Retype, word for word, every line of the records below starting at the one that contains "#39=DIRECTION('',(-1.,0.,0.));" and ending at the one that contains "#50=CARTESIAN_POINT('',(-780.493781,0.,-103.98083));"; include both of those lines and nothing more.

§ §

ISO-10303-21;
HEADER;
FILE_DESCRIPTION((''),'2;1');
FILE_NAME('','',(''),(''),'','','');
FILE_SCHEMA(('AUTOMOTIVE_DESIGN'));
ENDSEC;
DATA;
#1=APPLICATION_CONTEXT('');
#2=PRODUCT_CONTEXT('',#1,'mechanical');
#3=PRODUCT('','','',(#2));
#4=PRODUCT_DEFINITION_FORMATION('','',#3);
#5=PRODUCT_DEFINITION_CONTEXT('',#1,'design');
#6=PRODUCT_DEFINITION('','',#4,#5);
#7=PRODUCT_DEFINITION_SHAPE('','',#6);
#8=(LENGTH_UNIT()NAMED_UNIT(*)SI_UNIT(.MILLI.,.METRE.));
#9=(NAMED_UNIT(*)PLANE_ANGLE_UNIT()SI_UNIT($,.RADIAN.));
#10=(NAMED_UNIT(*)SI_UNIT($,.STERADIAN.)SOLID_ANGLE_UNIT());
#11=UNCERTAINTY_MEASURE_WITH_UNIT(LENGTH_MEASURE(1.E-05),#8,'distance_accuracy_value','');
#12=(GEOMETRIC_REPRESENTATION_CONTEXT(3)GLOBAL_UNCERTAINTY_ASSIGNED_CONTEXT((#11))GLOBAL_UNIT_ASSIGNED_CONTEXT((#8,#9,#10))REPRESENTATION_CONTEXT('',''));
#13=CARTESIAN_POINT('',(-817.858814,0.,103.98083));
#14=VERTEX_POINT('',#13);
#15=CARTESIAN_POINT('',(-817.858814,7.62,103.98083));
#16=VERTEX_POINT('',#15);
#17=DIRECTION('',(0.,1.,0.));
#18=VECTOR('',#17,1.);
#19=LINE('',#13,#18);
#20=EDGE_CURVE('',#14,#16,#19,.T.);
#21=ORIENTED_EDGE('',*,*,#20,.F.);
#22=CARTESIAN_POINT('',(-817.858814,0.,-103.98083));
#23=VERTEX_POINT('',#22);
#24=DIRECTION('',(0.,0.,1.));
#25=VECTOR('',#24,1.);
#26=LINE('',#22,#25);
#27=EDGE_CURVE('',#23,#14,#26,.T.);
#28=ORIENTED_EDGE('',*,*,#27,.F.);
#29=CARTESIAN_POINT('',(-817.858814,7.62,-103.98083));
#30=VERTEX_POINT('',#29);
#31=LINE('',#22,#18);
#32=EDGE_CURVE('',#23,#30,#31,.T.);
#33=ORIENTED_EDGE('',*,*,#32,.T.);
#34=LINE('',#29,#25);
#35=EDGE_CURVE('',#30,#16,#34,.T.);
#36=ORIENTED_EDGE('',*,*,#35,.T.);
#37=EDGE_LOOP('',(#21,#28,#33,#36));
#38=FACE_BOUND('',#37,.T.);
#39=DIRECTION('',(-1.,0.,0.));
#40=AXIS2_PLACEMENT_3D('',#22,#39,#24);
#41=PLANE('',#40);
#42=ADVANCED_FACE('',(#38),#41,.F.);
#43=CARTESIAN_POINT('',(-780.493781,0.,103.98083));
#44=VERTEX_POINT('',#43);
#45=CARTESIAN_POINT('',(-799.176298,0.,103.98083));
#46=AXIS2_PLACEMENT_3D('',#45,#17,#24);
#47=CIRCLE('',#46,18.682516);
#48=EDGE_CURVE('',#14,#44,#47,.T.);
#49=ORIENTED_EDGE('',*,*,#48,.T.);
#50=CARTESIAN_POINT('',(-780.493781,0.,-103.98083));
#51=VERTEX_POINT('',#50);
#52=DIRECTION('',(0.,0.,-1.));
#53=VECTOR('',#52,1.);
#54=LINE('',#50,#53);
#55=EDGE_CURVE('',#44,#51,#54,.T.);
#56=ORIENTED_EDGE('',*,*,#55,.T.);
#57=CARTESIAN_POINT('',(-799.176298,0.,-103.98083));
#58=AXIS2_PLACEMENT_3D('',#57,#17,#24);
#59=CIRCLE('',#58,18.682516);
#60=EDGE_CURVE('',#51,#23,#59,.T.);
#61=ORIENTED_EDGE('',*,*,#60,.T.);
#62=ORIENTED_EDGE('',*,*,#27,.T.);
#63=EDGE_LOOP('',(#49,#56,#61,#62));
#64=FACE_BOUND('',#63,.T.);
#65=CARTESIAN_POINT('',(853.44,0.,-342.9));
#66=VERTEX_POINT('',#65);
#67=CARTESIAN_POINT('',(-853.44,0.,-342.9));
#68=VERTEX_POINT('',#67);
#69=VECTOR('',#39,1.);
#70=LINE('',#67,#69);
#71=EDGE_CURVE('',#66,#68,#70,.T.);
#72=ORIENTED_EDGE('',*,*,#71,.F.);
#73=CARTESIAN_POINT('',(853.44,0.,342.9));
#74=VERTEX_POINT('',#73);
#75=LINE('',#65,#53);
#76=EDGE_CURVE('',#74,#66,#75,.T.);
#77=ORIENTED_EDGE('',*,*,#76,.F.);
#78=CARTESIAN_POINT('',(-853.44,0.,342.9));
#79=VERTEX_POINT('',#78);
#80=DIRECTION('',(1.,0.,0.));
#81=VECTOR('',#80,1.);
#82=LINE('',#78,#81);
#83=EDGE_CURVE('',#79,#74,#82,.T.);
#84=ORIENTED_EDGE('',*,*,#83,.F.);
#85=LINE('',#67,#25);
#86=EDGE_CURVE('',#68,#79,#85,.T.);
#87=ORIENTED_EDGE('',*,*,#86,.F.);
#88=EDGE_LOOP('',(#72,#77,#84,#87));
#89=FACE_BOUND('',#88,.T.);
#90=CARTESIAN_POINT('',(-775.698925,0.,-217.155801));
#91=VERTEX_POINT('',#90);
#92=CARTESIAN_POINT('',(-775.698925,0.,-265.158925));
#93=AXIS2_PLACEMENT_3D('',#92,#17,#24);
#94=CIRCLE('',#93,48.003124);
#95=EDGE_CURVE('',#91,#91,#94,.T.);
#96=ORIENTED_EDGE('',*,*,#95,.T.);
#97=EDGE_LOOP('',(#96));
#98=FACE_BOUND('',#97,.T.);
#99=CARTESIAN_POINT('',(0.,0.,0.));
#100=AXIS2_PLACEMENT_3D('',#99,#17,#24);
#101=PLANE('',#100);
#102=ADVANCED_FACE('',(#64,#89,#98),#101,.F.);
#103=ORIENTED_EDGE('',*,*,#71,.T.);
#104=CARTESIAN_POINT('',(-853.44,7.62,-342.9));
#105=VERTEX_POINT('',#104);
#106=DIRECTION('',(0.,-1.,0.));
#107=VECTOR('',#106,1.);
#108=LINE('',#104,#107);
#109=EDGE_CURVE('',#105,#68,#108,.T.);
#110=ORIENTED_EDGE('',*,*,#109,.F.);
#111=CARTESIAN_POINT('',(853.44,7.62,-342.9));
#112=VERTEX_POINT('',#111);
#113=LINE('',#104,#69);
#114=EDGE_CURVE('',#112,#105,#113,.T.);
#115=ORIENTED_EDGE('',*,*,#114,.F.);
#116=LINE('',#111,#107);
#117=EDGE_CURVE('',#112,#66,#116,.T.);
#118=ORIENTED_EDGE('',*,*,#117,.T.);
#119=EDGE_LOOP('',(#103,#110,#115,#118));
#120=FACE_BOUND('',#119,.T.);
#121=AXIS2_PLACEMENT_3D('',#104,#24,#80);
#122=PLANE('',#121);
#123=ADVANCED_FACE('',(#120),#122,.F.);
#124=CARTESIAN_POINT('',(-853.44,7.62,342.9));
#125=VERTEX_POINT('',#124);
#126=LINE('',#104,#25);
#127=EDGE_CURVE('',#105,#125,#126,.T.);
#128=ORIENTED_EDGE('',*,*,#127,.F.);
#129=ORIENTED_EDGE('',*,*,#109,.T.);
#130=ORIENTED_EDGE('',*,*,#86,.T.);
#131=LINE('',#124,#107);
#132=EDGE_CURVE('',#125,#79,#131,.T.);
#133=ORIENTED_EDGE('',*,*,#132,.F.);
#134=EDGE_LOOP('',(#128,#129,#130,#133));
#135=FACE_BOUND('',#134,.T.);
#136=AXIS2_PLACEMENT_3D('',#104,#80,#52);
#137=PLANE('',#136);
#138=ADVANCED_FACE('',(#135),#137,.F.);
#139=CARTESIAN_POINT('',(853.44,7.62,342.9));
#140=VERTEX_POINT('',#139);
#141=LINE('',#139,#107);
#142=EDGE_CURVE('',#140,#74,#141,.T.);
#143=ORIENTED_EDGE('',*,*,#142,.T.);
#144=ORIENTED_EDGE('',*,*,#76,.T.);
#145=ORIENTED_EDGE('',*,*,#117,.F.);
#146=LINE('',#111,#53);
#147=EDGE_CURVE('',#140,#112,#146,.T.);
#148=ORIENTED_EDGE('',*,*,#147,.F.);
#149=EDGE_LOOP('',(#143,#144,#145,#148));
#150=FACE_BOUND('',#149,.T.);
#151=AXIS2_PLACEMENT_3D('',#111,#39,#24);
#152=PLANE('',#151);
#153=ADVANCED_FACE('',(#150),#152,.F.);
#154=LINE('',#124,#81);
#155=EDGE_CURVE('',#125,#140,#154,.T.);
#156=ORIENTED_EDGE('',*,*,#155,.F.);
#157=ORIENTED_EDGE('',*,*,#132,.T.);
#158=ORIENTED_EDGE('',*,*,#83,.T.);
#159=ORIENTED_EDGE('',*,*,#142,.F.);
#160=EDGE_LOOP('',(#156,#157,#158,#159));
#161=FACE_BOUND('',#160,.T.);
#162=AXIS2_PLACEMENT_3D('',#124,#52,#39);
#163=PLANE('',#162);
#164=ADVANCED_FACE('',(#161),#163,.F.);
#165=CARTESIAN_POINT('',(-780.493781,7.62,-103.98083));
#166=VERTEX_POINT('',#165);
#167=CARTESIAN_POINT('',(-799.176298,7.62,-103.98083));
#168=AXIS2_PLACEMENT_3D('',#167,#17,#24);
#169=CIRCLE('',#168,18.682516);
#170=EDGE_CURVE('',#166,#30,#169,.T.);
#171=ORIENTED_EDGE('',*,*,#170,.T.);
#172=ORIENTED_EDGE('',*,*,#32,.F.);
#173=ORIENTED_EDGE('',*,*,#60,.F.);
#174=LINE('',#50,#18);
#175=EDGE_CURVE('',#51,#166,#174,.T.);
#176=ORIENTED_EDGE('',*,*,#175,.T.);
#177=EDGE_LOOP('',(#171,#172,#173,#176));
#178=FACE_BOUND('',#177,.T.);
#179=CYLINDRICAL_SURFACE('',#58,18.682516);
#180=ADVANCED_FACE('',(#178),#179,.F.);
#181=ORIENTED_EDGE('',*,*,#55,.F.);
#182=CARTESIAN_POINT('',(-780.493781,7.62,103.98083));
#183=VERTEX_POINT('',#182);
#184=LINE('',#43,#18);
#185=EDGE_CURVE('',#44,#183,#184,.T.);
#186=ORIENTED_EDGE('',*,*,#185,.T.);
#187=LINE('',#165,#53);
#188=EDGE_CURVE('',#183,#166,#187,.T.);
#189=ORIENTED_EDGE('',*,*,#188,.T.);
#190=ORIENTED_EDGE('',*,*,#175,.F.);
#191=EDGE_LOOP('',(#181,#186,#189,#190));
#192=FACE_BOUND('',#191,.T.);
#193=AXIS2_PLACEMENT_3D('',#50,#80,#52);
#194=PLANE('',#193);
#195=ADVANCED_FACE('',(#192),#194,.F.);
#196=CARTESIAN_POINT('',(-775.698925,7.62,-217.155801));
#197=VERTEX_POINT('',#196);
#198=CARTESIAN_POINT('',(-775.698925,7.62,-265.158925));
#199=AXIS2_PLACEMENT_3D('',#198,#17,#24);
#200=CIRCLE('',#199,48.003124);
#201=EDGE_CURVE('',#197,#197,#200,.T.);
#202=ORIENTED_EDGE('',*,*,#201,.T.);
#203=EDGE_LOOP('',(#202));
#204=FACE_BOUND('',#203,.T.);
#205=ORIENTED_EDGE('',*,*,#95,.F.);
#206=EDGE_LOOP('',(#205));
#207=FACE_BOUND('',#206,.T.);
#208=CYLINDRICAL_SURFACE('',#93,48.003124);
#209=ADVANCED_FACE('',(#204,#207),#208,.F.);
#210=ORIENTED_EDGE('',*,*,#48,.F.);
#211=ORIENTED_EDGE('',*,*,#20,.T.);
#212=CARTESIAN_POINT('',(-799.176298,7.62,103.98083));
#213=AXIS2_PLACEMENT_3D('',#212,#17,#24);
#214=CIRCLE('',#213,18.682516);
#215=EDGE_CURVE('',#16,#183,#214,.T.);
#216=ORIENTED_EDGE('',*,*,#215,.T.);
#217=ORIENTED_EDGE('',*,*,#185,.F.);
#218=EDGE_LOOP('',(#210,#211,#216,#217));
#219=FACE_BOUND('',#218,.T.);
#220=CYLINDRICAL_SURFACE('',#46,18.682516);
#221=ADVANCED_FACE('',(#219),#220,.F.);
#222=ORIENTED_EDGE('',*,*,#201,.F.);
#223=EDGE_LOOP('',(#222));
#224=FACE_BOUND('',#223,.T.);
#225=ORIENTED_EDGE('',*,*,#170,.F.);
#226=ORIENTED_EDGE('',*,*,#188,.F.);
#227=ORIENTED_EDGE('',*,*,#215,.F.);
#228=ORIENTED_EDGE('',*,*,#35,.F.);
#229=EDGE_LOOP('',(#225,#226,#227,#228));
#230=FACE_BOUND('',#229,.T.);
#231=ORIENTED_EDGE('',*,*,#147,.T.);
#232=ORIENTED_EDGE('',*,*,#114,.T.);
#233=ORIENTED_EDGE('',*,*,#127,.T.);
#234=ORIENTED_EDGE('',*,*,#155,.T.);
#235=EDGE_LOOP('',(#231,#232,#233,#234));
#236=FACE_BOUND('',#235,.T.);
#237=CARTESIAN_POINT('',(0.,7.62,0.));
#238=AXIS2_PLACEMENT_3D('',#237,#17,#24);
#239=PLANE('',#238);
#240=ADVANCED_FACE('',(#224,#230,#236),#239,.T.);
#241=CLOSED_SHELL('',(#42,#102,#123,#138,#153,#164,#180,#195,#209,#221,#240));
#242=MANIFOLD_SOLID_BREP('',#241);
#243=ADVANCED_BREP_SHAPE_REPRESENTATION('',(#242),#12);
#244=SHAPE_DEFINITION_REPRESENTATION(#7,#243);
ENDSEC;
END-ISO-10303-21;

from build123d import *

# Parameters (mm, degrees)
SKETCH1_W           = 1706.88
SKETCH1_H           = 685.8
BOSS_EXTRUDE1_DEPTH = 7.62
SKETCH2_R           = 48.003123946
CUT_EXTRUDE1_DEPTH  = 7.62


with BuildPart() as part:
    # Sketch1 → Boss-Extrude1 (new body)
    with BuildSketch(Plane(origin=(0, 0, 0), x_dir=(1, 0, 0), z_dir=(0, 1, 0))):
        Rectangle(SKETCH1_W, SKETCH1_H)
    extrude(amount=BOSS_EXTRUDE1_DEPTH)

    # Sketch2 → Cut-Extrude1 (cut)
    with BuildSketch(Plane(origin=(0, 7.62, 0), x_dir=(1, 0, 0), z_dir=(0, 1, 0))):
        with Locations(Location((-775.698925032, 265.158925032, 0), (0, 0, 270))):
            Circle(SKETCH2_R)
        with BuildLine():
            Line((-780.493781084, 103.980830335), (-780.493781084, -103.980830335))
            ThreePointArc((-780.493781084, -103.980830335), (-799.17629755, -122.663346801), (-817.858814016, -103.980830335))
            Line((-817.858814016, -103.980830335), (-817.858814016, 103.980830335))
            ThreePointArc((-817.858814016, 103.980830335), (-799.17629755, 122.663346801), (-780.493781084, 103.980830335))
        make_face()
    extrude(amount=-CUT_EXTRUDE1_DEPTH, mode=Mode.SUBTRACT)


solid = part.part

§ §

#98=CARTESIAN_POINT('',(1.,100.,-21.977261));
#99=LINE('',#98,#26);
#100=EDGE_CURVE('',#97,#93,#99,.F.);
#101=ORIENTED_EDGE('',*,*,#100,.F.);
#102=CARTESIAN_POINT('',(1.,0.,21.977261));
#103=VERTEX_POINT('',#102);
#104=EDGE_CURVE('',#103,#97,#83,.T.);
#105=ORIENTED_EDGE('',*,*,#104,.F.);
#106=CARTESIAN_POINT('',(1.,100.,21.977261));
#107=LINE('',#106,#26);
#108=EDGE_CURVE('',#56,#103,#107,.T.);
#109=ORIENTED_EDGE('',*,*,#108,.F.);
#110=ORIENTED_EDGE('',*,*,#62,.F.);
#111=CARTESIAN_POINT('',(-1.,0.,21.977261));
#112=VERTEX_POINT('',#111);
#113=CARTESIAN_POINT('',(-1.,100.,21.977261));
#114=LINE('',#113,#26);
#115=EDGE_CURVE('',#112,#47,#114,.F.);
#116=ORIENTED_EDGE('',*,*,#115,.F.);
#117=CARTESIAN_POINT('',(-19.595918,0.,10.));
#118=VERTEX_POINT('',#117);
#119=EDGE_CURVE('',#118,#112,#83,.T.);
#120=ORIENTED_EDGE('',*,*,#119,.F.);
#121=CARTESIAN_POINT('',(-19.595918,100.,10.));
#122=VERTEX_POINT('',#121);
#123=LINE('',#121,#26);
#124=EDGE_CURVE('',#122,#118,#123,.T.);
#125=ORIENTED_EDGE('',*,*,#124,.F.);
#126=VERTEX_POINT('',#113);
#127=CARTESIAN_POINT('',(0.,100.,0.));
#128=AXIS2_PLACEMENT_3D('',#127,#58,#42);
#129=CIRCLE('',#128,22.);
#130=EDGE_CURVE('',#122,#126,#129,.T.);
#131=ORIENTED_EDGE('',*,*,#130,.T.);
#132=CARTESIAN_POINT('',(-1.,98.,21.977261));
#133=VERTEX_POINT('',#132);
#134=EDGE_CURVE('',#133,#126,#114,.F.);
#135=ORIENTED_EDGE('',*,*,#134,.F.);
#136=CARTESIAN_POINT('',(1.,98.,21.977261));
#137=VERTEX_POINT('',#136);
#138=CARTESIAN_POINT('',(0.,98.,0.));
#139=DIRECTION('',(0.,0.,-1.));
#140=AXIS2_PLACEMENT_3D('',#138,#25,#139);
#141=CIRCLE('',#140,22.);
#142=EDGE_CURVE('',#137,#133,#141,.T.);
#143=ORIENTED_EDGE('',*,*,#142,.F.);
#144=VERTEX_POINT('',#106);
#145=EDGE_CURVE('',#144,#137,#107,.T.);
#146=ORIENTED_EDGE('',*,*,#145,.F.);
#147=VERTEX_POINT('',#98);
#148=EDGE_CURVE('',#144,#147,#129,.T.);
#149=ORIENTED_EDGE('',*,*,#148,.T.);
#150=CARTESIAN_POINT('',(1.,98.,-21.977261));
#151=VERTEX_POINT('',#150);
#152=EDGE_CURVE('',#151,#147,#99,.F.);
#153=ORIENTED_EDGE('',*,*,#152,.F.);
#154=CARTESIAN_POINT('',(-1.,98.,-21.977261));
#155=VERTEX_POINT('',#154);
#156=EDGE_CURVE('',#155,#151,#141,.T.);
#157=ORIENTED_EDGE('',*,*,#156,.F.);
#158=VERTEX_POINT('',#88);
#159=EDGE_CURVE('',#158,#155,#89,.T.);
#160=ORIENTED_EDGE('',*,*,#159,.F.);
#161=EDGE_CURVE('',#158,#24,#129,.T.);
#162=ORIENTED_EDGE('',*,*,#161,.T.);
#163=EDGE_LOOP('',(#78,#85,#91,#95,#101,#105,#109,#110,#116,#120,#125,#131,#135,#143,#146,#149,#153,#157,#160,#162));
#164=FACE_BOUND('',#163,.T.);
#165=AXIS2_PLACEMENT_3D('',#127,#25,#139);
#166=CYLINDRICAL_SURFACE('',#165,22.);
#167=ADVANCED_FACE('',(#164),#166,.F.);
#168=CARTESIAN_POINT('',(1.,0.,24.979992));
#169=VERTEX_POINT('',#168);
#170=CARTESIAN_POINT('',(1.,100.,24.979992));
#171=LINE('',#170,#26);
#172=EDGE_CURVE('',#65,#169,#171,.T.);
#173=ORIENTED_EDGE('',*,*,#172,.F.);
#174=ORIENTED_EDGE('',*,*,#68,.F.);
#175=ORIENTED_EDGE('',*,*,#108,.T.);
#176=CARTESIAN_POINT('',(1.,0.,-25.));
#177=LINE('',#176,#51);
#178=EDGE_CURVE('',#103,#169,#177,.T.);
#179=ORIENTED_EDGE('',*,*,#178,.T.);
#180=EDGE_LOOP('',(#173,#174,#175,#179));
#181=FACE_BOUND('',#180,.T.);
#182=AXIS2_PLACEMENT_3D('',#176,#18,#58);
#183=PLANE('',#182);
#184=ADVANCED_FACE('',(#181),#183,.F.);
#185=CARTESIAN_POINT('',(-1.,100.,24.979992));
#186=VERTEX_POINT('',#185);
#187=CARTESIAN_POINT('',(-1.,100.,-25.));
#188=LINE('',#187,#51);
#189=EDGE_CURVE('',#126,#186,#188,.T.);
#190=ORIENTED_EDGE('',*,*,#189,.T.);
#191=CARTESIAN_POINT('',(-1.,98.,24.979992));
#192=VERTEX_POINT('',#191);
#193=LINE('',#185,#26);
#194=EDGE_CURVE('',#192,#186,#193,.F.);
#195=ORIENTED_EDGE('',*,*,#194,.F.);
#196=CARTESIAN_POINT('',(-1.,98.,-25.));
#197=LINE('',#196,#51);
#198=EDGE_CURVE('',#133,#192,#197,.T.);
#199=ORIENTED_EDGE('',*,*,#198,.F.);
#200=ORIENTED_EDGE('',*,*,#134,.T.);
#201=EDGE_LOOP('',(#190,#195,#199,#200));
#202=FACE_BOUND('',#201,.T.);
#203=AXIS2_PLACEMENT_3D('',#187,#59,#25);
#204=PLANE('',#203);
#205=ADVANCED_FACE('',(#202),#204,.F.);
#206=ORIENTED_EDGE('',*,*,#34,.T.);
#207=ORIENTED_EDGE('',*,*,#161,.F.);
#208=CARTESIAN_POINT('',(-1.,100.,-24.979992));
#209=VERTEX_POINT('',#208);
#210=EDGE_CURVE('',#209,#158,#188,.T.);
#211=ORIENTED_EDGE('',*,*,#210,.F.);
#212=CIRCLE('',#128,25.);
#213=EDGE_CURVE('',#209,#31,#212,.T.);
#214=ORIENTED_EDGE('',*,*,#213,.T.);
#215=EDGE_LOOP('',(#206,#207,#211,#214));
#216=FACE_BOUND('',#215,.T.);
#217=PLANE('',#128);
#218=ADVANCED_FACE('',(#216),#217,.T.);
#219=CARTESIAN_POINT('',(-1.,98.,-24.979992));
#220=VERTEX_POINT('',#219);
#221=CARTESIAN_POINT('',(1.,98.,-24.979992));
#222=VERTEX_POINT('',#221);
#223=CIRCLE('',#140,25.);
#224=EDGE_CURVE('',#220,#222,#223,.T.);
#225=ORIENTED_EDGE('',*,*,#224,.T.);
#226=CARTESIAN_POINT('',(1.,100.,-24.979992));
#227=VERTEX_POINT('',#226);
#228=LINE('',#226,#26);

§ §

* _YOUR RESPONSE_
#39=DIRECTION('',(-1.,0.,0.));
#40=AXIS2_PLACEMENT_3D('',#22,#39,#24);
#41=PLANE('',#40);
#42=ADVANCED_FACE('',(#38),#41,.F.);
#43=CARTESIAN_POINT('',(-780.493781,0.,103.98083));
#44=VERTEX_POINT('',#43);
#45=CARTESIAN_POINT('',(-799.176298,0.,103.98083));
#46=AXIS2_PLACEMENT_3D('',#45,#17,#24);
#47=CIRCLE('',#46,18.682516);
#48=EDGE_CURVE('',#14,#44,#47,.T.);
#49=ORIENTED_EDGE('',*,*,#48,.T.);
#50=CARTESIAN_POINT('',(-780.493781,0.,-103.98083));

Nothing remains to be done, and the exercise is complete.